Similar to the way in which the join operator is defined in terms of other relational algebra operators, we can also define the ‘directly follows’ operator in terms of the traditional relational algebra operators.

Table 3

Result of $>_{case, end\_time} Log$

$\downarrow $ Case	$\downarrow $ Activity	$\downarrow $ Start_time	$\downarrow $ End_time	$\uparrow $ Case	$\uparrow $ Activity	$\uparrow $ Start_time	$\uparrow $ End_time
1	A	00:20	00:22	1	B	02:04	02:08
1	B	02:04	02:08	1	E	02:32	02:32
2	A	02:15	02:20	2	D	03:14	03:19
2	D	03:14	03:19	2	E	05:06	05:07
3	A	02:27	02:29	3	D	04:17	04:20
3	D	04:17	04:20	3	E	06:51	06:53
4	A	03:06	03:10	4	B	05:04	05:09
4	B	05:04	05:09	4	E	07:26	07:29
5	A	03:40	03:44	5	B	05:59	06:06
5	B	05:59	06:06	5	E	07:49	07:52
6	A	04:18	04:20	6	C	07:08	07:12
6	C	07:08	07:12	6	E	09:05	09:07

Proposition 17

(Composite definition of the directly follows operator)
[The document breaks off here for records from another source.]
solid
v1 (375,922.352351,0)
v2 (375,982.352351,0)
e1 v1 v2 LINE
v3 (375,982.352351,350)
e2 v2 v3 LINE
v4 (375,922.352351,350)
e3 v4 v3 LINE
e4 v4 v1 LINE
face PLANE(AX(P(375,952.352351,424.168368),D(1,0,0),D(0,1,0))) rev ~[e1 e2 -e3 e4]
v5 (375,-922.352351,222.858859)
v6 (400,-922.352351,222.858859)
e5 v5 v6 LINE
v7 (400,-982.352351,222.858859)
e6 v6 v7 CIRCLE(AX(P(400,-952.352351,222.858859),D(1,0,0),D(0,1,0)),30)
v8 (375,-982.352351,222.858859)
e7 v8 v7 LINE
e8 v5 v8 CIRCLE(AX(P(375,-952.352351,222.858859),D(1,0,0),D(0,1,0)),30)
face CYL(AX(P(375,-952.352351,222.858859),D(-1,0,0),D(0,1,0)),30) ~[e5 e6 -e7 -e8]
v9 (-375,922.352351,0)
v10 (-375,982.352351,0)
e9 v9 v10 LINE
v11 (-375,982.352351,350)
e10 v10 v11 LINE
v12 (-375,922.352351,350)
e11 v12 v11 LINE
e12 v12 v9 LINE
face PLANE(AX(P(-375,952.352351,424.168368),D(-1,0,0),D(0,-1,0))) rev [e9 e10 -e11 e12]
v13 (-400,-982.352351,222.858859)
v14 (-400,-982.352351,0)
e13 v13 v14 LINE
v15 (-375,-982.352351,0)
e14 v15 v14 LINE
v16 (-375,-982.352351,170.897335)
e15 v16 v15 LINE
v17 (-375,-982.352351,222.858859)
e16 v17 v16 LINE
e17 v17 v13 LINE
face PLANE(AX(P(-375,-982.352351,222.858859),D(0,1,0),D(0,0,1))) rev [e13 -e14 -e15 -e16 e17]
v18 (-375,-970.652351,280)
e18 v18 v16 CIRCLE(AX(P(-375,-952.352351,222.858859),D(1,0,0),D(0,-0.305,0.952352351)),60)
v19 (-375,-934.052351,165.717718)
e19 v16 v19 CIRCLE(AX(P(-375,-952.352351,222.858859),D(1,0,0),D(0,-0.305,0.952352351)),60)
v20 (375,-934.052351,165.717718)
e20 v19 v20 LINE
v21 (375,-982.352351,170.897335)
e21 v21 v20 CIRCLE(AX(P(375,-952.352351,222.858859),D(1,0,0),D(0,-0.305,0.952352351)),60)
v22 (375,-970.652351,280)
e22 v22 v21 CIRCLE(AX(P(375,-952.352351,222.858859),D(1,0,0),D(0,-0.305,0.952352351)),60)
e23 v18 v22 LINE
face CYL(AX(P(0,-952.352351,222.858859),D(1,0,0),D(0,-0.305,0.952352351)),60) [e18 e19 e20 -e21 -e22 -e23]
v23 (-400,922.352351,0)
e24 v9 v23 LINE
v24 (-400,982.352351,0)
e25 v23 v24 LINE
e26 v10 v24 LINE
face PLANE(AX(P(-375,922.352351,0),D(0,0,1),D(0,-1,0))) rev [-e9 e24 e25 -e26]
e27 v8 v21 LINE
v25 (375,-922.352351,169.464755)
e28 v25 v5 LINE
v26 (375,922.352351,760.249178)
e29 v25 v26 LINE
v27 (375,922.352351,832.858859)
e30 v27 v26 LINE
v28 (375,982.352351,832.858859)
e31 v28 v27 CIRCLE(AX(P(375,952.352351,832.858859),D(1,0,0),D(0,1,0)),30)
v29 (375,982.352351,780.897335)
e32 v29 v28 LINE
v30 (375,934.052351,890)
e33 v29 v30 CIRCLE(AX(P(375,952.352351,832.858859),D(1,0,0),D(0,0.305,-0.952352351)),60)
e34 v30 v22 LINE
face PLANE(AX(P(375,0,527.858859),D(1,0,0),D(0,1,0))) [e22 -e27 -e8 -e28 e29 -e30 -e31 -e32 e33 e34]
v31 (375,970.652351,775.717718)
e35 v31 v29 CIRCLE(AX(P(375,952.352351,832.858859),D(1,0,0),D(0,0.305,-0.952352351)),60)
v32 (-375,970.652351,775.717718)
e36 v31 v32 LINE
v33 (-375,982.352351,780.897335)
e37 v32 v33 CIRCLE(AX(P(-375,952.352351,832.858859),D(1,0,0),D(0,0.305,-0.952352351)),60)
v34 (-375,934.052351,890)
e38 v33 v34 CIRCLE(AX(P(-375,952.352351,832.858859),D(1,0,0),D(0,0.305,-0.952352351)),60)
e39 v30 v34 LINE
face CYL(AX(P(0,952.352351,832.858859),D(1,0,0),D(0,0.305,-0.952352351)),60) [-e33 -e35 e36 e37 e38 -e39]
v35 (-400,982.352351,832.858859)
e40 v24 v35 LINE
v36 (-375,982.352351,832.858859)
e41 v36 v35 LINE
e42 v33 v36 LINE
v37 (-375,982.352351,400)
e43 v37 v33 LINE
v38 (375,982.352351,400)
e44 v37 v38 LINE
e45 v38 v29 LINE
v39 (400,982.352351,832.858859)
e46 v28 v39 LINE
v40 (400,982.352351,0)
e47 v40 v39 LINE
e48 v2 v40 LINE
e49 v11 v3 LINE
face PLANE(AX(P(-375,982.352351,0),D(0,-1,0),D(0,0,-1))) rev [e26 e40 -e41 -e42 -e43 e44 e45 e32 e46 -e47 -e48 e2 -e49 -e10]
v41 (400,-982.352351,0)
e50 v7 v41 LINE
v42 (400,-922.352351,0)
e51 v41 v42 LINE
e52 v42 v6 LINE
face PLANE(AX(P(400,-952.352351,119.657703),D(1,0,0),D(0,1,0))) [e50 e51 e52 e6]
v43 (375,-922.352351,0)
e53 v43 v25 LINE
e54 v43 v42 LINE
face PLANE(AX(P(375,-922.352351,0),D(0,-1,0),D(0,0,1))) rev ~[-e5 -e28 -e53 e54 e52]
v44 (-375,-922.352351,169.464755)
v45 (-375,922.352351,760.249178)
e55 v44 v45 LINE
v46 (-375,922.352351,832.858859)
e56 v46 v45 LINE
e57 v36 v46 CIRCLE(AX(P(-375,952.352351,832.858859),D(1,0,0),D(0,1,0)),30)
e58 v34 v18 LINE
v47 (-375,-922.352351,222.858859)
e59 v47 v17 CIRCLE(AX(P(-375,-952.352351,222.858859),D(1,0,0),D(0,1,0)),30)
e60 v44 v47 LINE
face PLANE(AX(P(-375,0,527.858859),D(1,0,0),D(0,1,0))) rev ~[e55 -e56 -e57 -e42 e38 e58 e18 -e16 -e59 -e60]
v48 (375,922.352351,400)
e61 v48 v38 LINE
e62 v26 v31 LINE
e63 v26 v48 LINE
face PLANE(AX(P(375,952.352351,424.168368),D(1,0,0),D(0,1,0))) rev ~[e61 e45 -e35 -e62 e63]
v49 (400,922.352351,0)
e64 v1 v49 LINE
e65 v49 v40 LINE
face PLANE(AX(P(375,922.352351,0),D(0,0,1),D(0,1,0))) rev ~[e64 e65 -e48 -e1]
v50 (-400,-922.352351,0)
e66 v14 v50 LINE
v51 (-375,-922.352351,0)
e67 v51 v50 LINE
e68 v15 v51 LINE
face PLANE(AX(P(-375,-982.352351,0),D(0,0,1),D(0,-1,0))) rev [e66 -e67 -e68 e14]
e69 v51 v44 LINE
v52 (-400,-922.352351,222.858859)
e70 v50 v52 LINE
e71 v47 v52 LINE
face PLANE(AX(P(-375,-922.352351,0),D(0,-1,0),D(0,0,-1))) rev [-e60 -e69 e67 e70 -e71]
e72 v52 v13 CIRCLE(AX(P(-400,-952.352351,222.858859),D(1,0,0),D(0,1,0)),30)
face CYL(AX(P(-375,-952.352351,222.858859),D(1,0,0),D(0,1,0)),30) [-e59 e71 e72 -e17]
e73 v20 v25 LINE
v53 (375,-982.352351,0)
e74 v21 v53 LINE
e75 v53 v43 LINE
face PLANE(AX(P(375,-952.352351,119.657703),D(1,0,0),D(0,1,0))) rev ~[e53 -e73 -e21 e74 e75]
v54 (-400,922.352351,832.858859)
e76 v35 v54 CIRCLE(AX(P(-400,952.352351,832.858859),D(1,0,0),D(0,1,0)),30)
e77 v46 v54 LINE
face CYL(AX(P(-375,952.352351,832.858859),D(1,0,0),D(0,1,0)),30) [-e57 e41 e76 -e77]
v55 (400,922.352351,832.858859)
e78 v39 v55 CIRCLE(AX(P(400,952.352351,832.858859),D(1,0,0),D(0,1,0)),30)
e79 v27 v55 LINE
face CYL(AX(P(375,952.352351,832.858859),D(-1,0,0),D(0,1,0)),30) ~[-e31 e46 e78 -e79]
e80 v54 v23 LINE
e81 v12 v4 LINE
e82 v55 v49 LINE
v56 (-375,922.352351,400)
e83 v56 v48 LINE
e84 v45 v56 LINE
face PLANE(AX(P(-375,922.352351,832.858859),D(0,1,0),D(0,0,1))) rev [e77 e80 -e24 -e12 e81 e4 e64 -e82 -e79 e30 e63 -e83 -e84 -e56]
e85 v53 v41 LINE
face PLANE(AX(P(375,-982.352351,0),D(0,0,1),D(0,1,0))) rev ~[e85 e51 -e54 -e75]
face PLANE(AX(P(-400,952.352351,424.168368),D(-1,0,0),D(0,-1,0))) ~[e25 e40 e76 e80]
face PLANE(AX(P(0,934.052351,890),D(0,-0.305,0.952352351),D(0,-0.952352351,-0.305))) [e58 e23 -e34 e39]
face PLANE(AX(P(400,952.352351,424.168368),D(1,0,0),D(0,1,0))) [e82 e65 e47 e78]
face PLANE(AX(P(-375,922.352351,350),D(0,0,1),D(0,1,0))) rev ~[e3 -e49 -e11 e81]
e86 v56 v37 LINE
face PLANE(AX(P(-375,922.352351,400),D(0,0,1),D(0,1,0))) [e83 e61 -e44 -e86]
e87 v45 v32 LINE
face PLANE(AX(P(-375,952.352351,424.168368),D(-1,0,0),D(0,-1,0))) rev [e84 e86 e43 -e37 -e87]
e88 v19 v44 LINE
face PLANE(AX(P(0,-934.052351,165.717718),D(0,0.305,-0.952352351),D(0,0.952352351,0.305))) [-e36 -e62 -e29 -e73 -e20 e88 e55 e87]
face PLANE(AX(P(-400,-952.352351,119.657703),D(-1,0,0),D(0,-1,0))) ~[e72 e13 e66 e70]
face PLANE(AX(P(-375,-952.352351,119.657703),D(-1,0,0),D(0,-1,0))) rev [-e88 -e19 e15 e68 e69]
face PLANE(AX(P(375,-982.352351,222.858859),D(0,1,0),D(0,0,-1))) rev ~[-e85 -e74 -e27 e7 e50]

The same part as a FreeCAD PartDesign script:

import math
import FreeCAD as App
import Part
import Sketcher
from FreeCAD import Vector
Q = App.Units.Quantity

doc = App.newDocument("Part")
body = doc.addObject("PartDesign::Body", "Body")

# Sketch on YZ plane
sketch1 = doc.addObject("Sketcher::SketchObject", "Sketch")
body.addObject(sketch1)
sketch1.AttachmentSupport = (doc.YZ_Plane, [""])
sketch1.MapMode = "FlatFace"
sketch1.addGeometry([
    Part.LineSegment(Vector(934, 890, 0), Vector(-971, 280, 0)),
    Part.ArcOfCircle(Part.Circle(Vector(-952, 223, 0), Vector(0, 0, 1), 60), math.radians(108), math.radians(288)),
    Part.LineSegment(Vector(-934, 166, 0), Vector(971, 776, 0)),
    Part.ArcOfCircle(Part.Circle(Vector(952, 833, 0), Vector(0, 0, 1), 60), math.radians(-72), math.radians(108)),
], False)
sketch1.addConstraint([
    Sketcher.Constraint("Tangent", 0, 2, 1, 1),
    Sketcher.Constraint("Tangent", 1, 2, 2, 1),
    Sketcher.Constraint("Tangent", 2, 2, 3, 1),
    Sketcher.Constraint("Tangent", 3, 2, 0, 1),
    Sketcher.Constraint("Equal", 1, 3),
    Sketcher.Constraint("Radius", 1, Q("60 mm")),
    Sketcher.Constraint("Distance", 0, Q("2000 mm")),
    Sketcher.Constraint("DistanceY", -1, 1, 0, 2, Q("280 mm")),
    Sketcher.Constraint("DistanceY", -1, 1, 3, 2, Q("890 mm")),
    Sketcher.Constraint("DistanceX", 1, 3, -1, 1, Q("952.352351 mm")),
])
pad1 = doc.addObject("PartDesign::Pad", "Pad")
body.addObject(pad1)
pad1.Profile = sketch1
pad1.Length = 750
pad1.Midplane = True

# Sketch on YZ plane
sketch2 = doc.addObject("Sketcher::SketchObject", "Sketch001")
body.addObject(sketch2)
sketch2.AttachmentSupport = (doc.YZ_Plane, [""])
sketch2.MapMode = "FlatFace"
sketch2.AttachmentOffset = App.Placement(Vector(0, 0, 375), App.Rotation())
sketch2.addGeometry([
    Part.LineSegment(Vector(-982, 223, 0), Vector(-982, 0, 0)),  # 0
    Part.LineSegment(Vector(-982, 0, 0), Vector(-922, 0, 0)),  # 1
    Part.LineSegment(Vector(-922, 0, 0), Vector(-922, 223, 0)),  # 2
    Part.ArcOfCircle(Part.Circle(Vector(-952, 223, 0), Vector(0, 0, 1), 30), math.radians(0), math.radians(180)),  # 3
    Part.LineSegment(Vector(922, 833, 0), Vector(922, 0, 0)),  # 4
    Part.LineSegment(Vector(922, 0, 0), Vector(982, 0, 0)),  # 5
    Part.LineSegment(Vector(982, 0, 0), Vector(982, 833, 0)),  # 6
    Part.ArcOfCircle(Part.Circle(Vector(952, 833, 0), Vector(0, 0, 1), 30), math.radians(0), math.radians(180)),  # 7
], False)
sketch2.addConstraint([
    Sketcher.Constraint("Coincident", 0, 2, 1, 1),
    Sketcher.Constraint("Coincident", 1, 2, 2, 1),
    Sketcher.Constraint("Tangent", 2, 2, 3, 1),
    Sketcher.Constraint("Tangent", 3, 2, 0, 1),
    Sketcher.Constraint("Coincident", 4, 2, 5, 1),
    Sketcher.Constraint("Coincident", 5, 2, 6, 1),
    Sketcher.Constraint("Tangent", 6, 2, 7, 1),
    Sketcher.Constraint("Tangent", 7, 2, 4, 1),
    Sketcher.Constraint("Vertical", 0),
    Sketcher.Constraint("Horizontal", 1),
    Sketcher.Constraint("Vertical", 2),
    Sketcher.Constraint("Vertical", 4),
    Sketcher.Constraint("Horizontal", 5),
    Sketcher.Constraint("Vertical", 6),
    Sketcher.Constraint("Equal", 3, 7),
    Sketcher.Constraint("Symmetric", 1, 2, 4, 2, -1, 1),
    Sketcher.Constraint("PointOnObject", 0, 2, -1),
    Sketcher.Constraint("Radius", 3, Q("30 mm")),
    Sketcher.Constraint("DistanceY", 3, 3, 7, 3, Q("610 mm")),
    Sketcher.Constraint("DistanceY", 0, 2, 0, 1, Q("222.858859 mm")),
    Sketcher.Constraint("DistanceX", 3, 3, 7, 3, Q("1904.704702 mm")),
])
pad2 = doc.addObject("PartDesign::Pad", "Pad001")
body.addObject(pad2)
pad2.Profile = sketch2
pad2.Length = 25
body2 = doc.addObject("PartDesign::Body", "Body001")
doc.recompute()

body2.BaseFeature = body
doc.recompute()

mirroring = doc.addObject("Part::Mirroring", "Mirroring")
mirroring.Source = body
mirroring.Base = Vector(0, 0, 0)
mirroring.Normal = Vector(1, 0, 0)
body3 = doc.addObject("PartDesign::Body", "Body002")
body3.BaseFeature = mirroring
boolean = doc.addObject("PartDesign::Boolean", "Boolean")
body2.addObject(boolean)
boolean.Type = "Fuse"
boolean.addObjects([body3])
doc.recompute()

# Sketch on YZ plane
sketch3 = doc.addObject("Sketcher::SketchObject", "Sketch002")
body2.addObject(sketch3)
sketch3.AttachmentSupport = (doc.getObject("YZ_Plane001"), [""])
sketch3.MapMode = "FlatFace"
sketch3.AttachmentOffset = App.Placement(Vector(0, 0, -375), App.Rotation())
sketch3.addGeometry([
    Part.LineSegment(Vector(922, 400, 0), Vector(922, 350, 0)),
    Part.LineSegment(Vector(922, 350, 0), Vector(982, 350, 0)),
    Part.LineSegment(Vector(982, 350, 0), Vector(982, 400, 0)),
    Part.LineSegment(Vector(982, 400, 0), Vector(922, 400, 0)),
], False)
sketch3.addConstraint([
    Sketcher.Constraint("Coincident", 0, 2, 1, 1),
    Sketcher.Constraint("Coincident", 1, 2, 2, 1),
    Sketcher.Constraint("Coincident", 2, 2, 3, 1),
    Sketcher.Constraint("Coincident", 3, 2, 0, 1),
    Sketcher.Constraint("Vertical", 0),
    Sketcher.Constraint("Horizontal", 1),
    Sketcher.Constraint("Vertical", 2),
    Sketcher.Constraint("Horizontal", 3),
    Sketcher.Constraint("DistanceX", 1, 1, 1, 2, Q("60 mm")),
    Sketcher.Constraint("DistanceY", 0, 2, 0, 1, Q("50 mm")),
    Sketcher.Constraint("DistanceY", -1, 1, 0, 2, Q("350 mm")),
    Sketcher.Constraint("DistanceX", -1, 1, 0, 2, Q("922.352351 mm")),
])
pad3 = doc.addObject("PartDesign::Pad", "Pad002")
body2.addObject(pad3)
pad3.Profile = sketch3
pad3.Type = "UpToLast"
mirroring.Visibility = False

doc.recompute()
$$\begin{aligned} >_{c,t} Log =&\rho _{\downarrow } Log \bowtie _{\downarrow t< \uparrow t \wedge \downarrow c = \uparrow c} \rho _{\uparrow } Log \\&- \pi _{As} ((\rho _{\downarrow } Log \bowtie _{\downarrow t< \uparrow t \wedge \downarrow c = \uparrow c} \rho _{\uparrow } Log) \bowtie _{\downarrow t< t \wedge t < \uparrow t \wedge \downarrow c = c} Log) \end{aligned}$$

where As is the set of attributes that are in $\rho _{\downarrow } Log$ or $\rho _{\uparrow } Log$.

Proof

The correctness of this definition follows trivially from the definition of the weakly follows operator (Definition 3) and the definitions of the relational algebra operators (Definition 2). $\square $

The directly follows operator can both be used in an algorithm for process mining that is based on it (or on ‘footprints’ which are derived from it [12]) and for querying for process-mining related information. Some example queries include:

The activities in which the amount of a loan is changed:
$\pi _{\uparrow activity} \sigma _{\uparrow amount \ne \downarrow amount} >_{case, end\_time} Log$
This query first extracts the directly follows relation from a log. The resulting table contains a directly follows relation with, among others, columns for the preceeding ($\downarrow activity$) and the succeeding ($\uparrow activity$) activity, as well as the loan amount that is associated with the preceeding ($\downarrow amount$) and the succeeding ($\uparrow amount$) activity. Selecting the rows in which the succeeding amount differs from the preceeding amount identifies the activities that change the amount. Subsequently, we can project the activities for which this is the case.
The resources that ever changed the amount of a loan:
$\pi _{\uparrow resource} \sigma _{\uparrow amount \ne \downarrow amount} >_{case, end\_time} Log$
This is a alternative to the previous query, in which we project the resource that changes the amount rather than the activity in which the amount is changed.
The two activities that precede a rejection:
$\sigma _{\uparrow \uparrow activity = reject} (>_{\uparrow case, \uparrow end\_time} >_{case, end\_time} Log)$
This query first extracts the directly follows relation as usual, it then applies the directly follows relation again to the results, such that we do not only get the activities that succeed ($\uparrow activity$) another activity, but also the activities that succeed ($\uparrow \uparrow activity$) that activity.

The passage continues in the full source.